Wednesday, January 13, 2010 - 09:38 PM

John Thomas

   A-freakin'-men!

   This has driven me crazy for years. 90% of the LEED residences I see fawned over in blogs are nothing more than green-washed ads for car-dependent housing tracts. There's usually also some idiotic copy in there about affordable housing about two sentences above where they disclose the $35/sq ft price. 

   The other major issue that most of the 1500 - 2000 square foot houses usually use invasive landscape plants and suck incredible amounts of water.


Wednesday, January 13, 2010 - 09:41 PM

John Thomas

P.S. You even pictured the house in Eugene that I had in mind! It's the poster child for everything that's wrong with the LEED nonsense.

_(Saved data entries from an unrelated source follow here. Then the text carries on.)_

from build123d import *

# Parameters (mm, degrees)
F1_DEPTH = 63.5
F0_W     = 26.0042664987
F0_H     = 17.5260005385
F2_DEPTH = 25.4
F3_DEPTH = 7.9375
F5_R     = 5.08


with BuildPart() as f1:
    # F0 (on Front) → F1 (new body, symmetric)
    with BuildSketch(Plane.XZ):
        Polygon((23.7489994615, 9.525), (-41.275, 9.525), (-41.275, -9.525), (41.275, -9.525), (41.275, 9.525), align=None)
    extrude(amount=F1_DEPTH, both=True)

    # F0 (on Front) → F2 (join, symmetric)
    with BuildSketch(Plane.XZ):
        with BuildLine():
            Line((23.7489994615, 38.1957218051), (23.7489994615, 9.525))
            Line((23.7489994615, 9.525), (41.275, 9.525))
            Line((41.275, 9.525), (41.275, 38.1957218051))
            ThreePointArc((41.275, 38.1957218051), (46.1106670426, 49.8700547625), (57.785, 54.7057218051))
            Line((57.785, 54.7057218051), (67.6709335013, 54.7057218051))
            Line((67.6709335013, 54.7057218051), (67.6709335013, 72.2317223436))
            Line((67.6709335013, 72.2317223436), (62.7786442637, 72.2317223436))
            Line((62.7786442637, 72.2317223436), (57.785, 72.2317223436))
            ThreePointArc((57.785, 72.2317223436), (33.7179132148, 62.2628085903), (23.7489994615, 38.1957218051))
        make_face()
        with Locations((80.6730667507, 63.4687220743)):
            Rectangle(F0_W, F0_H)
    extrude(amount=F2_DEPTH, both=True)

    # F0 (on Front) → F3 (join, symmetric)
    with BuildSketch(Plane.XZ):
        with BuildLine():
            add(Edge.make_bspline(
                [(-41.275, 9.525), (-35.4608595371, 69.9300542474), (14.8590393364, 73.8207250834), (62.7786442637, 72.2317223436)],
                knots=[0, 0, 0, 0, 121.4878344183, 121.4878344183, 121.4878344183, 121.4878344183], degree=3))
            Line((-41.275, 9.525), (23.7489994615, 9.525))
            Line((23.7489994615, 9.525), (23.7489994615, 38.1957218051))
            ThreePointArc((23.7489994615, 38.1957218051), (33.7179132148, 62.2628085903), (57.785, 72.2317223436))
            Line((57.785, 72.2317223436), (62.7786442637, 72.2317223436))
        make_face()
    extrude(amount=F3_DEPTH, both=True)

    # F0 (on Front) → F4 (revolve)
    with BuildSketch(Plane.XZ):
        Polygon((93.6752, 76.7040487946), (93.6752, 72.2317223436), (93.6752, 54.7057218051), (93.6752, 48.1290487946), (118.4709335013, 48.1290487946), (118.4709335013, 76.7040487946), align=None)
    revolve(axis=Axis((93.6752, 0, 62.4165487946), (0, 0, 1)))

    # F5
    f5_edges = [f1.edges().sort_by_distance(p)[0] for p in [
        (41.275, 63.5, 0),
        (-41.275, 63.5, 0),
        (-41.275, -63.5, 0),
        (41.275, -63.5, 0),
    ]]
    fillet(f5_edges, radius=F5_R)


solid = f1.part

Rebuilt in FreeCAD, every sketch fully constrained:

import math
import FreeCAD as App
import Part
import Sketcher

V = App.Vector
Q = App.Units.Quantity


def edges_at(feature, points):
    """Names of the edges that pass closest to the given points."""
    edges = feature.Shape.Edges
    near = lambda p: min(range(len(edges)), key=lambda i: edges[i].distToShape(Part.Vertex(*p))[0])
    return sorted({f"Edge{near(p) + 1}" for p in points})

doc = App.newDocument("Part")
params = doc.addObject("Spreadsheet::Sheet", "Params")
for row, (alias, value) in enumerate([
    ("sketch1_width", "3.25 in"),
    ("sketch1_height", "0.75 in"),
    ("pad1_length", "5 in"),
    ("sketch2_radius", "0.65 in"),
    ("sketch2_radius2", "1.34 in"),
    ("pad2_length", "2 in"),
    ("sketch3_radius", "1.34 in"),
    ("sketch3_width", "2.56 in"),
    ("pad3_length", "0.625 in"),
    ("sketch4_height", "1.125 in"),
    ("revolution_angle", "360 deg"),
    ("fillet_radius", "0.2 in"),
], start=1):
    params.set(f"A{row}", alias)
    params.set(f"B{row}", "=" + value)
    params.setAlias(f"B{row}", alias)

body = doc.addObject("PartDesign::Body", "Body")

# Sketch on XZ plane
sketch1 = doc.addObject("Sketcher::SketchObject", "Sketch")
body.addObject(sketch1)
sketch1.AttachmentSupport = (doc.XZ_Plane, [""])
sketch1.MapMode = "FlatFace"
sketch1.addGeometry(Part.LineSegment(V(-41, 10, 0), V(-41, -10, 0)), False)
sketch1.addGeometry(Part.LineSegment(V(-41, -10, 0), V(41, -10, 0)), False)
sketch1.addGeometry(Part.LineSegment(V(41, -10, 0), V(41, 10, 0)), False)
sketch1.addGeometry(Part.LineSegment(V(41, 10, 0), V(-41, 10, 0)), False)
sketch1.addConstraint(Sketcher.Constraint("Coincident", 0, 2, 1, 1))
sketch1.addConstraint(Sketcher.Constraint("Coincident", 1, 2, 2, 1))
sketch1.addConstraint(Sketcher.Constraint("Coincident", 2, 2, 3, 1))
sketch1.addConstraint(Sketcher.Constraint("Coincident", 3, 2, 0, 1))
sketch1.addConstraint(Sketcher.Constraint("Vertical", 0))
sketch1.addConstraint(Sketcher.Constraint("Horizontal", 1))
sketch1.addConstraint(Sketcher.Constraint("Vertical", 2))
sketch1.addConstraint(Sketcher.Constraint("Horizontal", 3))
sketch1.addConstraint(Sketcher.Constraint("Symmetric", 0, 2, 2, 2, -1, 1))
sketch1.addConstraint(Sketcher.Constraint("DistanceX", 1, 1, 1, 2, Q("3.25 in")))
sketch1.addConstraint(Sketcher.Constraint("DistanceY", 0, 2, 0, 1, Q("0.75 in")))
sketch1.setExpression("Constraints[9]", "Params.sketch1_width")
sketch1.setExpression("Constraints[10]", "Params.sketch1_height")
pad1 = doc.addObject("PartDesign::Pad", "Pad")
body.addObject(pad1)
pad1.Profile = sketch1
pad1.setExpression("Length", "Params.pad1_length")
pad1.Midplane = True

# Sketch on XZ plane
sketch2 = doc.addObject("Sketcher::SketchObject", "Sketch001")
body.addObject(sketch2)
sketch2.AttachmentSupport = (doc.XZ_Plane, [""])
sketch2.MapMode = "FlatFace"
sketch2.addGeometry(Part.LineSegment(V(24, 38, 0), V(24, 10, 0)), False)
sketch2.addGeometry(Part.LineSegment(V(24, 10, 0), V(41, 10, 0)), False)
sketch2.addGeometry(Part.LineSegment(V(41, 10, 0), V(41, 38, 0)), False)
sketch2.addGeometry(Part.ArcOfCircle(Part.Circle(V(58, 38, 0), V(0, 0, 1), 17), math.radians(90), math.radians(180)), False)
sketch2.addGeometry(Part.LineSegment(V(58, 55, 0), V(68, 55, 0)), False)
sketch2.addGeometry(Part.LineSegment(V(68, 55, 0), V(94, 55, 0)), False)
sketch2.addGeometry(Part.LineSegment(V(94, 55, 0), V(94, 72, 0)), False)
sketch2.addGeometry(Part.LineSegment(V(94, 72, 0), V(68, 72, 0)), False)
sketch2.addGeometry(Part.LineSegment(V(68, 72, 0), V(58, 72, 0)), False)
sketch2.addGeometry(Part.ArcOfCircle(Part.Circle(V(58, 38, 0), V(0, 0, 1), 34), math.radians(90), math.radians(180)), False)
sketch2.addConstraint(Sketcher.Constraint("Coincident", 0, 2, 1, 1))
sketch2.addConstraint(Sketcher.Constraint("Coincident", 1, 2, 2, 1))
sketch2.addConstraint(Sketcher.Constraint("Tangent", 2, 2, 3, 2))
sketch2.addConstraint(Sketcher.Constraint("Tangent", 3, 1, 4, 1))
sketch2.addConstraint(Sketcher.Constraint("Coincident", 4, 2, 5, 1))
sketch2.addConstraint(Sketcher.Constraint("Coincident", 5, 2, 6, 1))
sketch2.addConstraint(Sketcher.Constraint("Coincident", 6, 2, 7, 1))
sketch2.addConstraint(Sketcher.Constraint("Coincident", 7, 2, 8, 1))
sketch2.addConstraint(Sketcher.Constraint("Tangent", 8, 2, 9, 1))
sketch2.addConstraint(Sketcher.Constraint("Tangent", 9, 2, 0, 1))
sketch2.addConstraint(Sketcher.Constraint("Vertical", 0))
sketch2.addConstraint(Sketcher.Constraint("Horizontal", 1))
sketch2.addConstraint(Sketcher.Constraint("Vertical", 2))
sketch2.addConstraint(Sketcher.Constraint("Horizontal", 4))
sketch2.addConstraint(Sketcher.Constraint("Horizontal", 5))
sketch2.addConstraint(Sketcher.Constraint("Vertical", 6))
sketch2.addConstraint(Sketcher.Constraint("Horizontal", 7))
sketch2.addConstraint(Sketcher.Constraint("Horizontal", 8))
sketch2.addConstraint(Sketcher.Constraint("Coincident", 9, 3, 3, 3))
sketch2.addConstraint(Sketcher.Constraint("Vertical", 4, 2, 7, 2))
sketch2.addConstraint(Sketcher.Constraint("Radius", 3, Q("0.65 in")))
sketch2.addConstraint(Sketcher.Constraint("Radius", 9, Q("1.34 in")))
sketch2.addConstraint(Sketcher.Constraint("DistanceX", -1, 1, 3, 3, Q("2.275 in")))
sketch2.addConstraint(Sketcher.Constraint("DistanceY", -1, 1, 0, 2, Q("0.375 in")))
sketch2.addConstraint(Sketcher.Constraint("DistanceX", -1, 1, 5, 2, Q("3.688 in")))
sketch2.addConstraint(Sketcher.Constraint("DistanceY", 0, 2, 0, 1, Q("28.670722 mm")))
sketch2.addConstraint(Sketcher.Constraint("DistanceX", 4, 1, 4, 2, Q("9.885934 mm")))
sketch2.setExpression("Constraints[20]", "Params.sketch2_radius")
sketch2.setExpression("Constraints[21]", "Params.sketch2_radius2")
pad2 = doc.addObject("PartDesign::Pad", "Pad001")
body.addObject(pad2)
pad2.Profile = sketch2
pad2.setExpression("Length", "Params.pad2_length")
pad2.Midplane = True

# Sketch on XZ plane
sketch3 = doc.addObject("Sketcher::SketchObject", "Sketch002")
body.addObject(sketch3)
sketch3.AttachmentSupport = (doc.XZ_Plane, [""])
sketch3.MapMode = "FlatFace"
sketch3.addGeometry(Part.BSplineCurve([V(-41.275, 9.525, 0), V(-35.46086, 69.930054, 0), V(14.859039, 73.820725, 0), V(62.778644, 72.231722, 0)], [4, 4], [0, 121.487834418], False, 3, [1, 1, 1, 1], False), False)
sketch3.addGeometry(Part.LineSegment(V(-41.275, 9.525, 0), V(23.748999, 9.525, 0)), False)
sketch3.addGeometry(Part.LineSegment(V(23.748999, 9.525, 0), V(23.748999, 38.195722, 0)), False)
sketch3.addGeometry(Part.ArcOfCircle(Part.Circle(V(57.785, 38.195722, 0), V(0, 0, 1), 34.036001), math.radians(90), math.radians(180)), False)
sketch3.addGeometry(Part.LineSegment(V(57.785, 72.231722, 0), V(62.778644, 72.231722, 0)), False)
sketch3.addConstraint(Sketcher.Constraint("Block", 0))
sketch3.addConstraint(Sketcher.Constraint("Coincident", 0, 1, 1, 1))
sketch3.addConstraint(Sketcher.Constraint("Coincident", 1, 2, 2, 1))
sketch3.addConstraint(Sketcher.Constraint("Tangent", 2, 2, 3, 2))
sketch3.addConstraint(Sketcher.Constraint("Tangent", 3, 1, 4, 1))
sketch3.addConstraint(Sketcher.Constraint("Coincident", 4, 2, 0, 2))
sketch3.addConstraint(Sketcher.Constraint("Horizontal", 1))
sketch3.addConstraint(Sketcher.Constraint("Vertical", 2))
sketch3.addConstraint(Sketcher.Constraint("Horizontal", 4))
sketch3.addConstraint(Sketcher.Constraint("Radius", 3, Q("1.34 in")))
sketch3.addConstraint(Sketcher.Constraint("DistanceX", 1, 1, 1, 2, Q("2.56 in")))
sketch3.setExpression("Constraints[9]", "Params.sketch3_radius")
sketch3.setExpression("Constraints[10]", "Params.sketch3_width")
pad3 = doc.addObject("PartDesign::Pad", "Pad002")
body.addObject(pad3)
pad3.Profile = sketch3
pad3.setExpression("Length", "Params.pad3_length")
pad3.Midplane = True

# Sketch on XZ plane
sketch4 = doc.addObject("Sketcher::SketchObject", "Sketch003")
body.addObject(sketch4)
sketch4.AttachmentSupport = (doc.XZ_Plane, [""])
sketch4.MapMode = "FlatFace"
sketch4.addGeometry(Part.LineSegment(V(94, 77, 0), V(94, 48, 0)), False)
sketch4.addGeometry(Part.LineSegment(V(94, 48, 0), V(118, 48, 0)), False)
sketch4.addGeometry(Part.LineSegment(V(118, 48, 0), V(118, 77, 0)), False)
sketch4.addGeometry(Part.LineSegment(V(118, 77, 0), V(94, 77, 0)), False)
sketch4.addGeometry(Part.LineSegment(V(94, 48, 0), V(94, 77, 0)), True)  # axis
sketch4.addConstraint(Sketcher.Constraint("Coincident", 0, 2, 1, 1))
sketch4.addConstraint(Sketcher.Constraint("Coincident", 1, 2, 2, 1))
sketch4.addConstraint(Sketcher.Constraint("Coincident", 2, 2, 3, 1))
sketch4.addConstraint(Sketcher.Constraint("Coincident", 3, 2, 0, 1))
sketch4.addConstraint(Sketcher.Constraint("Vertical", 0))
sketch4.addConstraint(Sketcher.Constraint("Horizontal", 1))
sketch4.addConstraint(Sketcher.Constraint("Vertical", 2))
sketch4.addConstraint(Sketcher.Constraint("Horizontal", 3))
sketch4.addConstraint(Sketcher.Constraint("Vertical", 4))
sketch4.addConstraint(Sketcher.Constraint("Coincident", 4, 1, 0, 2))
sketch4.addConstraint(Sketcher.Constraint("Horizontal", 2, 2, 4, 2))
sketch4.addConstraint(Sketcher.Constraint("DistanceY", 0, 2, 0, 1, Q("1.125 in")))
sketch4.addConstraint(Sketcher.Constraint("DistanceX", -1, 1, 0, 2, Q("3.688 in")))
sketch4.addConstraint(Sketcher.Constraint("DistanceX", 1, 1, 1, 2, Q("24.795734 mm")))
sketch4.addConstraint(Sketcher.Constraint("DistanceY", -1, 1, 0, 2, Q("48.129049 mm")))
sketch4.setExpression("Constraints[11]", "Params.sketch4_height")
revolution = doc.addObject("PartDesign::Revolution", "Revolution")
body.addObject(revolution)
revolution.Profile = sketch4
revolution.ReferenceAxis = (sketch4, ["Axis0"])
revolution.setExpression("Angle", "Params.revolution_angle")
doc.recompute()

fillet = doc.addObject("PartDesign::Fillet", "Fillet")
body.addObject(fillet)
fillet.Base = (revolution, edges_at(revolution, [
    (41.275, 63.5, 0),
    (-41.275, 63.5, 0),
    (-41.275, -63.5, 0),
    (41.275, -63.5, 0),
]))
fillet.setExpression("Radius", "Params.fillet_radius")

doc.recompute()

Tuesday, March 2, 2010 - 09:43 PM

David Brussat

You are a stern taskmaster, Steve. When I scrolled down your post prior to reading it I was pleasantly surprised - not by the beauty of the houses but by their relative lack of unabashed, breast-beating ugliness. I had expected that LEED home awards would go to the houses that had the sharpest crags jutting out at the most ridiculous angles, the places that most appeared to be designed to fall down. These houses at least made a minimal attempt to look like houses, vaguely traditional if not in the vicinity of lovable. Perhaps I am not paying enough attention to the latest green developments, but if this set of houses is at the top of the green game, then the game isn't as big a loser as I had figured. Good. Now if only LEED would pay more attention to the original green! - the way houses were built before our plug-in, switch-on style of life made houses the energy hogs they are. Gizmo green is not the way to go. Original green is.


Sunday, March 7, 2010 - 09:45 AM

Steve Mouzon

Thanks for the comments, John & David! There has been discussion within the USGBC for quite some time about this issue. The response I often get is "but how do you measure lovability?" That's one I can't answer yet with anything more satisfying than the infamous Supreme Court comment about pornography: "I can't define it, but I know it when I see it." But we've gotta get better than that. I'm working on the beginnings of a system that, once it's a bit further along, I'll post news of here. But I'm not at all satisfied with it yet... it's just a start.